In Washington: Karolina Ordon (202) 458 5971

kordon@worldbank.org  

Jeff Brez (202) 458-7628

jbrez@worldbank.org 

 

WASHINGTON, DC, April 6, 2009 - Properly valuing coastal and marine ecosystem services is critical to sustainable development, according to the World Bank publication “Environment Matters 2008” launched today. 

 

Titled: “Valuing Coastal and Marine Ecosystem Services”, the review argues that while we recognize that the ocean provides vast quantities of food, offers enormous recreational values, and stores carbon – what is a critical service in an era of climate change – these services so vital for humankind have been treated as “free goods,” and the ecosystems that provide them are rapidly deteriorating through overuse, pollution, and physical destruction.

 

"People still ask me, 'Why do we need the ocean.' I say, 'Well, I suppose we could live on Venus, or Mars.' We don't adequately appreciate the ocean, but we're greatly changing it.
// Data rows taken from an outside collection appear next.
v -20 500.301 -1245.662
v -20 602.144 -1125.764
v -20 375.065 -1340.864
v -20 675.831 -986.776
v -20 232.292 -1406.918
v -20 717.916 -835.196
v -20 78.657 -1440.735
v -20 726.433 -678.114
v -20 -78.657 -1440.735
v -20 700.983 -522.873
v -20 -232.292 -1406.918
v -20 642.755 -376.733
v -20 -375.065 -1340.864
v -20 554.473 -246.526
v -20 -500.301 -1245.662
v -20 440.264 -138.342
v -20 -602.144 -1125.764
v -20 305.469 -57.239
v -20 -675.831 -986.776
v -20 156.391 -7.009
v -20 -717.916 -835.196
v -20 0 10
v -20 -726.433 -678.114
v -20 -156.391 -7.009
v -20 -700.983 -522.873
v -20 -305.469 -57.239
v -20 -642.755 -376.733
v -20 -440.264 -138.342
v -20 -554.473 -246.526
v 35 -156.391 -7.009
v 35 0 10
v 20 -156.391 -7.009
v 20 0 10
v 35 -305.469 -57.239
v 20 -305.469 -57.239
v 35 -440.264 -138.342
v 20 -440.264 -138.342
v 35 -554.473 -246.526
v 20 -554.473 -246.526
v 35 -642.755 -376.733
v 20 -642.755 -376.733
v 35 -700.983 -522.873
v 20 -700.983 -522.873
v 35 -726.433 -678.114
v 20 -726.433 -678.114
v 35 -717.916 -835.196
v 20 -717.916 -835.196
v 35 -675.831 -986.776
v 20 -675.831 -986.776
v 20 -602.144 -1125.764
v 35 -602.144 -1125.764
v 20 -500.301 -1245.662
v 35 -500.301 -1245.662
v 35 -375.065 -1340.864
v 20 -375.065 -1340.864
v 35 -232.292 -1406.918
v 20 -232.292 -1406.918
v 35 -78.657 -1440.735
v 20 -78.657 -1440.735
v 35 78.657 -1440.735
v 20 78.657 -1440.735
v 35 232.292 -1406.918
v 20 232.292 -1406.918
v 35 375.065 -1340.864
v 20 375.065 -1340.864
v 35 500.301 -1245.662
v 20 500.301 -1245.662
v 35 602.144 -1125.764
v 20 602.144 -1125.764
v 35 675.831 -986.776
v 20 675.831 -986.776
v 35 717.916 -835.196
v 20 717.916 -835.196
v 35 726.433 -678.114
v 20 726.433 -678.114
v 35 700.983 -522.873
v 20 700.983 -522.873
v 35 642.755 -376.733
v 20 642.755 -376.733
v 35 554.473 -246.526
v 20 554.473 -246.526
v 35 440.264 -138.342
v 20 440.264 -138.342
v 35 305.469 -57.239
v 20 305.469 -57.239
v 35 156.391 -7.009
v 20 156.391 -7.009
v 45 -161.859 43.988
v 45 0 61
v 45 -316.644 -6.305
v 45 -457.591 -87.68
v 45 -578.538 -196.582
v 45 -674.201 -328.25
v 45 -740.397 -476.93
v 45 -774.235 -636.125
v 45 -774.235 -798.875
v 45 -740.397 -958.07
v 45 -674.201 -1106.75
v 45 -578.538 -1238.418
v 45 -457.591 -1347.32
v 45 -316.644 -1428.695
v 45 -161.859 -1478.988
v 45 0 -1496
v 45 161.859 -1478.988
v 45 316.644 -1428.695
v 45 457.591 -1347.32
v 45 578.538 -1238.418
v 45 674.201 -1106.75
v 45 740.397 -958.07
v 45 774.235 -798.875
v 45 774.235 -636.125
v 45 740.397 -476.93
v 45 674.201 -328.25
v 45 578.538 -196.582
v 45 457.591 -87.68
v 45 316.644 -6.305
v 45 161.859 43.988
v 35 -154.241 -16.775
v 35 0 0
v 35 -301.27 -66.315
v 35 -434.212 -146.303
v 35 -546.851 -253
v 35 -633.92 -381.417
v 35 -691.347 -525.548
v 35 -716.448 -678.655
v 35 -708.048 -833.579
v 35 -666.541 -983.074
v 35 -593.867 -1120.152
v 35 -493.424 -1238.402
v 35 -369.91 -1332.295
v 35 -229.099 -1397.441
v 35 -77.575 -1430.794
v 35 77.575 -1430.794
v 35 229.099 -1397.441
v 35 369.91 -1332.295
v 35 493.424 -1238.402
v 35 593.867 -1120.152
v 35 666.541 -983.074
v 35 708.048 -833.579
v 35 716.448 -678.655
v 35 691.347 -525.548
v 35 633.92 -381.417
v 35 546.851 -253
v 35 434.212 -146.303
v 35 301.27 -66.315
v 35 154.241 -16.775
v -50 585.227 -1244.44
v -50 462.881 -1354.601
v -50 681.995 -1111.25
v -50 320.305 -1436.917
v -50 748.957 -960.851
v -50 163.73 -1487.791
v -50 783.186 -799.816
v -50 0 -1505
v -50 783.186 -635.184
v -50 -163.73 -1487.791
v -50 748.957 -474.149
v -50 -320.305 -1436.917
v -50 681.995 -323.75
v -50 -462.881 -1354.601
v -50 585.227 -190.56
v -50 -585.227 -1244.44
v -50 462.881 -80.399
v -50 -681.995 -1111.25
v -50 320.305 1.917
What we're just realizing is how those changes are already affecting people, stability, and prospects for peace,” said Carl Safina, Co-founder and President of Blue Ocean Institute, as he delivered a keynote address during the launch event in Washington, D.C.

 

Valuation of indirect ecosystem services such as the regulating role of coastal and marine resources in providing habitat for fish, as a receptor for wastewater, or to control beach erosion, is weak.  Our inability to adequately capture and account for these values, has greatly jeopardized the health of marine ecosystems and their ability to continue to provide essential services in fisheries productivity, tourism amenities, coastal protection, and CO2 uptake.

 

"The Ocean does matter, and coastal and marine ecosystems do matter in the grand scheme of things. Their importance is vital here and now to our mission of poverty alleviation and sustainable development. We are determined to stop under-investing in coastal and marine management, and to protect vital ecosystem processes.  Because, quite simply, we will have a tough time living without them," said Katherine Sierra, World Bank Vice President for Sustainable Development. 

 

The annual contribution of ocean ecosystem goods and services to the global economy has been estimated to exceed $20 trillion. Nonmarket values such as biodiversity and climate regulation are incalculable, and the spiritual worth of an intact seascape and the wonder of a coral reef are impossible to quantify.

 

The last two decades have seen a rapid loss of critical wetlands and coral reefs.  The UN Food and Agriculture Organization reports that 20 percent of the world’s mangroves were lost between 1980 and 2005.  Some 16 percent of the world’s coral reefs died in the wake of widespread coral bleaching tied to the El Niño events of 1997. Under a business-as-usual scenario, scientists warn that we may witness the disappearance of coral reefs by mid-century.

 

Climate change now threatens to push many of these systems over the edge, with severe consequences for society, but especially the world’s poor. Coastal and marine ecosystems play a complex and vital role in supporting economic prosperity and social welfare in developing countries. As we progress further into the 21st century, the importance of these coastal and marine resources is certain to increase.